At the OCW Consortium meetings at the Open Education conference in September, I asked whether other OCWs had explicitly CC licensed their metadata. In talking to people then and since then, the general response is best characterized as hemming and hawing. Very folks appear to have considered this licensing status of their metadata. But this seems like a very clear issue to my very simple mind. I mean, what’s the point of creating open access materials if you’re going to hoard your metadata and make it hard for people to find the materials? (This same problem is what seems to have stymied the NSDL for a few years in the early 2000s.)
In thinking about this issue again today, it occurred to me that metadata are derivative works based on the original materials. What this means is that, for those OCW or OER sharing entities that don’t explicitly CC-license their metadata, the community could create metadata based on the materials themselves (to replace the privately-held metadata), which would obviously be a derivative work, and would therefore automatically invoke the Share-Alike clause so many OCW and OER providers use for their materials. And that’s how we get CC-licensed metadata.
Hopefully it doesn’t come to that, and open educational resource providers will do the right thing and save the community the extra work… We’d rather spend our time using the materials in our classrooms or communities than using it to *re*create their *existing* metadata. But the notion of metadata as derivative work seems like an interesting one worth exploring.
Let’s not start down the wrong path by talking about derivative works or licensing. Both assume that metadata are copyrightable. I’d start from the opposite assumption, that metadata are uncopyrightable facts.
Ah! David, I rarely disagree with you, and I hesitate to do so without having my references ready, but this is too important. To classify metadata as “derivative work” would be a huge mistake. That would make writing metadata of someone else’s work copyright infringement.
Metadata falls into the *fair use* category of “critical editions.” Unfortunately for those who back GNU-like openness, that places metadata into a BSD-license-type of space. You and I are free to create all the metadata we want, but so is company X, and they are free to charge for it.
This is apparent in companies who make DVD players that automatically skip offensive content. Even though there is an ISO standard for marking up temporal media (MPEG-7, which we presented two years ago at your open learning conference), these companies prefer to use their own proprietary metadata format.
Please, please, please, reconsider this stance.
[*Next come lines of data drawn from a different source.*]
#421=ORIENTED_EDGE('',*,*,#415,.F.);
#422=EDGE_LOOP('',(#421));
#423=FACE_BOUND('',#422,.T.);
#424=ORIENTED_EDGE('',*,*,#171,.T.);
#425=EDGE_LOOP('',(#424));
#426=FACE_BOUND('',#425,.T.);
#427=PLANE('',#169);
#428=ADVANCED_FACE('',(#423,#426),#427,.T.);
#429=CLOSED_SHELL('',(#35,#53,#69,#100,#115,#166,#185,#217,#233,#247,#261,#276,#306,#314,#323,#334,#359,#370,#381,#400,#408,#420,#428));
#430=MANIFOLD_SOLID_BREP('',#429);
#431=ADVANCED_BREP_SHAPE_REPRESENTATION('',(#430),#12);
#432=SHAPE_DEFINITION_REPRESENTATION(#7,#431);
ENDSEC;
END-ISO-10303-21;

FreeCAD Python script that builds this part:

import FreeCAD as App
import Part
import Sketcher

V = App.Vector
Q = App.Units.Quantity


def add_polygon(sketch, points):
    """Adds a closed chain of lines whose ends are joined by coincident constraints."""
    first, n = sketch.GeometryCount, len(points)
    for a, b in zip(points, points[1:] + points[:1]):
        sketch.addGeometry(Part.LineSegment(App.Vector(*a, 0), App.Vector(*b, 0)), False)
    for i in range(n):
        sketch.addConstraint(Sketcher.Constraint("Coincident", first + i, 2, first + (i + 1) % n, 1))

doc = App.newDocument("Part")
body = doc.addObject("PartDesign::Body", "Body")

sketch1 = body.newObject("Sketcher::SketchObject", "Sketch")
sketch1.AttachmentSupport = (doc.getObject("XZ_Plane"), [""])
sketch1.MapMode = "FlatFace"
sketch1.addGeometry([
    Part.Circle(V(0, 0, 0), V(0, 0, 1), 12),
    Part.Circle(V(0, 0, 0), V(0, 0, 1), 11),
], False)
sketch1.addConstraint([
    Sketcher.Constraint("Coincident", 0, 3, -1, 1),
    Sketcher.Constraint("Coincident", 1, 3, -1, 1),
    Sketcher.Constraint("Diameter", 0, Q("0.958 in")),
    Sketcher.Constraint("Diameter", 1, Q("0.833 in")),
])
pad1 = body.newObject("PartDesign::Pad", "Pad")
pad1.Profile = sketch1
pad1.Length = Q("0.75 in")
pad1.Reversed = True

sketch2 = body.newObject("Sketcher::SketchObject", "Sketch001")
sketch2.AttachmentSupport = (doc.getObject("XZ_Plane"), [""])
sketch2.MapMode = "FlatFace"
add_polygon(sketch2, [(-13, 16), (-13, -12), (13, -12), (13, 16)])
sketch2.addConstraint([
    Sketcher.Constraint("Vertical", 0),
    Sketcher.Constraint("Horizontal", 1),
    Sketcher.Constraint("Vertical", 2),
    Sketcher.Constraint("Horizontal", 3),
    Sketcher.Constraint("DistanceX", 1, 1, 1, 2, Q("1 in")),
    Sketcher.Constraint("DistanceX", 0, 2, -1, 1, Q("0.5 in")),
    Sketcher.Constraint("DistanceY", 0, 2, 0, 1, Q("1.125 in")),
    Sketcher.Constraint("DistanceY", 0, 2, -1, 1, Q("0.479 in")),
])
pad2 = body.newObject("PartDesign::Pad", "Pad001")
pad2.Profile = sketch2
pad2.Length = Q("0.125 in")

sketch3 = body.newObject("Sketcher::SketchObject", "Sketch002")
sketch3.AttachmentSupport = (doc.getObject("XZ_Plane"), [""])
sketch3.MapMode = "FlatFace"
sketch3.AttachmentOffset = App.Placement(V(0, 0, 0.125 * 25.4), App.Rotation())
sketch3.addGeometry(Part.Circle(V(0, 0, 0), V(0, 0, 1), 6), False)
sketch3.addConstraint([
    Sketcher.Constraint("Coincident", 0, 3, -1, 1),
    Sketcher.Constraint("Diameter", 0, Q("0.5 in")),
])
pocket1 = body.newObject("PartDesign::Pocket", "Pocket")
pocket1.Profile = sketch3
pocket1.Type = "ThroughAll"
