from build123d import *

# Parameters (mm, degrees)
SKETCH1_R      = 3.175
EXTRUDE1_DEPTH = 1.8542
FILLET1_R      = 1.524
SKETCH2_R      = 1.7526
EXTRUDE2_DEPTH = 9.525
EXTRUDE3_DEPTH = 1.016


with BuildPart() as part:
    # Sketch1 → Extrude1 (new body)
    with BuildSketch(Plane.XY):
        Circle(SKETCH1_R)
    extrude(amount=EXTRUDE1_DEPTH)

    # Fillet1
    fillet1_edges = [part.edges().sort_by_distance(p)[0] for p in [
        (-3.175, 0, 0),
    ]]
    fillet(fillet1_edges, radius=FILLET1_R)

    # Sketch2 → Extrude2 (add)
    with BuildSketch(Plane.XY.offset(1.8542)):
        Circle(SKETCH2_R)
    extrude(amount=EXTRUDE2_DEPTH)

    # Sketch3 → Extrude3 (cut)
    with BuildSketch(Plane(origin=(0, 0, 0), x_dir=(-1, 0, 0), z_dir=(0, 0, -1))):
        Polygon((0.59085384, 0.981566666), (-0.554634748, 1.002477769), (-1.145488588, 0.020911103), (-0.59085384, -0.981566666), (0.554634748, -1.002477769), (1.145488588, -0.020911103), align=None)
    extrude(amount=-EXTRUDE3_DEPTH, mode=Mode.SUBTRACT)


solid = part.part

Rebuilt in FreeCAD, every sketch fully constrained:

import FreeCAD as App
import Part
import Sketcher

V = App.Vector
Q = App.Units.Quantity


def edges_at(feature, points):
    """Names of the edges that pass closest to the given points."""
    edges = feature.Shape.Edges
    near = lambda p: min(range(len(edges)), key=lambda i: edges[i].distToShape(Part.Vertex(*p))[0])
    return sorted({f"Edge{near(p) + 1}" for p in points})

doc = App.newDocument("Part")
params = doc.addObject("Spreadsheet::Sheet", "Params")
for row, (alias, value) in enumerate([
    ("sketch1_diameter", "0.25 in"),
    ("pad1_length", "0.073 in"),
    ("fillet_radius", "0.06 in"),
    ("sketch2_diameter", "0.138 in"),
    ("pad2_length", "0.375 in"),
    ("pocket1_length", "0.04 in"),
], start=1):
    params.set(f"A{row}", alias)
    params.set(f"B{row}", "=" + value)
    params.setAlias(f"B{row}", alias)

body = doc.addObject("PartDesign::Body", "Body")

# Sketch on XY plane
sketch1 = body.newObject("Sketcher::SketchObject", "Sketch")
sketch1.AttachmentSupport = (doc.getObject("XY_Plane"), [""])
sketch1.MapMode = "FlatFace"
sketch1.addGeometry(Part.Circle(V(0, 0, 0), V(0, 0, 1), 3.175), False)
sketch1.addConstraint(Sketcher.Constraint("Coincident", 0, 3, -1, 1))
sketch1.addConstraint(Sketcher.Constraint("Diameter", 0, Q("0.25 in")))
sketch1.setExpression("Constraints[1]", "Params.sketch1_diameter")
pad1 = body.newObject("PartDesign::Pad", "Pad")
pad1.Profile = sketch1
pad1.setExpression("Length", "Params.pad1_length")
doc.recompute()

fillet = body.newObject("PartDesign::Fillet", "Fillet")
fillet.Base = (pad1, edges_at(pad1, [(-3.175, 0, 0)]))
fillet.setExpression("Radius", "Params.fillet_radius")

# Sketch on XY plane
sketch2 = body.newObject("Sketcher::SketchObject", "Sketch001")
sketch2.AttachmentSupport = (doc.getObject("XY_Plane"), [""])
sketch2.MapMode = "FlatFace"
sketch2.AttachmentOffset = App.Placement(V(0, 0, 0.073 * 25.4), App.Rotation())
sketch2.addGeometry(Part.Circle(V(0, 0, 0), V(0, 0, 1), 1.7526), False)
sketch2.addConstraint(Sketcher.Constraint("Coincident", 0, 3, -1, 1))
sketch2.addConstraint(Sketcher.Constraint("Diameter", 0, Q("0.138 in")))
sketch2.setExpression("Constraints[1]", "Params.sketch2_diameter")
pad2 = body.newObject("PartDesign::Pad", "Pad001")
pad2.Profile = sketch2
pad2.setExpression("Length", "Params.pad2_length")

# Sketch on XY plane
sketch3 = body.newObject("Sketcher::SketchObject", "Sketch002")
sketch3.AttachmentSupport = (doc.getObject("XY_Plane"), [""])
sketch3.MapMode = "FlatFace"
sketch3.addGeometry(Part.LineSegment(V(-0.590854, 0.981567, 0), V(0.554635, 1.002478, 0)), False)
sketch3.addGeometry(Part.LineSegment(V(0.554635, 1.002478, 0), V(1.145489, 0.020911, 0)), False)
sketch3.addGeometry(Part.LineSegment(V(1.145489, 0.020911, 0), V(0.590854, -0.981567, 0)), False)
sketch3.addGeometry(Part.LineSegment(V(0.590854, -0.981567, 0), V(-0.554635, -1.002478, 0)), False)
sketch3.addGeometry(Part.LineSegment(V(-0.554635, -1.002478, 0), V(-1.145489, -0.020911, 0)), False)
sketch3.addGeometry(Part.LineSegment(V(-1.145489, -0.020911, 0), V(-0.590854, 0.981567, 0)), False)
sketch3.addConstraint(Sketcher.Constraint("Coincident", 0, 2, 1, 1))
sketch3.addConstraint(Sketcher.Constraint("Coincident", 1, 2, 2, 1))
sketch3.addConstraint(Sketcher.Constraint("Coincident", 2, 2, 3, 1))
sketch3.addConstraint(Sketcher.Constraint("Coincident", 3, 2, 4, 1))
sketch3.addConstraint(Sketcher.Constraint("Coincident", 4, 2, 5, 1))
sketch3.addConstraint(Sketcher.Constraint("Coincident", 5, 2, 0, 1))
sketch3.addConstraint(Sketcher.Constraint("Symmetric", 0, 2, 3, 2, -1, 1))
sketch3.addConstraint(Sketcher.Constraint("Symmetric", 1, 2, 4, 2, -1, 1))
sketch3.addConstraint(Sketcher.Constraint("Symmetric", 2, 2, 5, 2, -1, 1))
sketch3.addConstraint(Sketcher.Constraint("Equal", 0, 1))
sketch3.addConstraint(Sketcher.Constraint("Equal", 1, 2))
sketch3.addConstraint(Sketcher.Constraint("Distance", 0, Q("1.145679 mm")))
sketch3.addConstraint(Sketcher.Constraint("DistanceX", -1, 1, 1, 2, Q("1.145489 mm")))
sketch3.addConstraint(Sketcher.Constraint("DistanceY", -1, 1, 1, 2, Q("0.020911 mm")))
sketch3.addConstraint(Sketcher.Constraint("DistanceX", 0, 2, 2, 2, Q("0.036219 mm")))
pocket1 = body.newObject("PartDesign::Pocket", "Pocket")
pocket1.Profile = sketch3
pocket1.setExpression("Length", "Params.pocket1_length")
pocket1.Reversed = True

doc.recompute()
I fear some lawyer will stumble upon this post, knowing who you are, and use it a copyright dispute on this very topic.
-jb
Work that my colleagues and I have done on the Core Description Profile of MPEG-7 has been based on the assumption that information on films (a sort of metadata) constitutes a “critical edition” of sorts and is thus NOT a violation of copyright. This assumption has been guided by legal opinions from various sources but so far is untested in court. I strongly suggest that metadata falls into this category.
For example, if we make available a list of comments on the scenes in a movie, then there is a great deal of precedent that suggests this is just fine. On the other hand, it seems clear that if we transcribe a movie and make that available as a sort of metadata (i.e. describing exactly what is said in the movie), then we would be violating copyright. If we make available an alphabetized list of the words with pointers to where those words appear, however, then we would not be violating copyright.
Finally, I do not quite understand why anyone would want to put their stuff in the no-man’s land sort of limbo you seem to be describing. Essentially, why would someone create open courseware materials with accompanying metadata, making the materials openly available and then turn around and restrict “access to” and/or “reuse of” the metadata?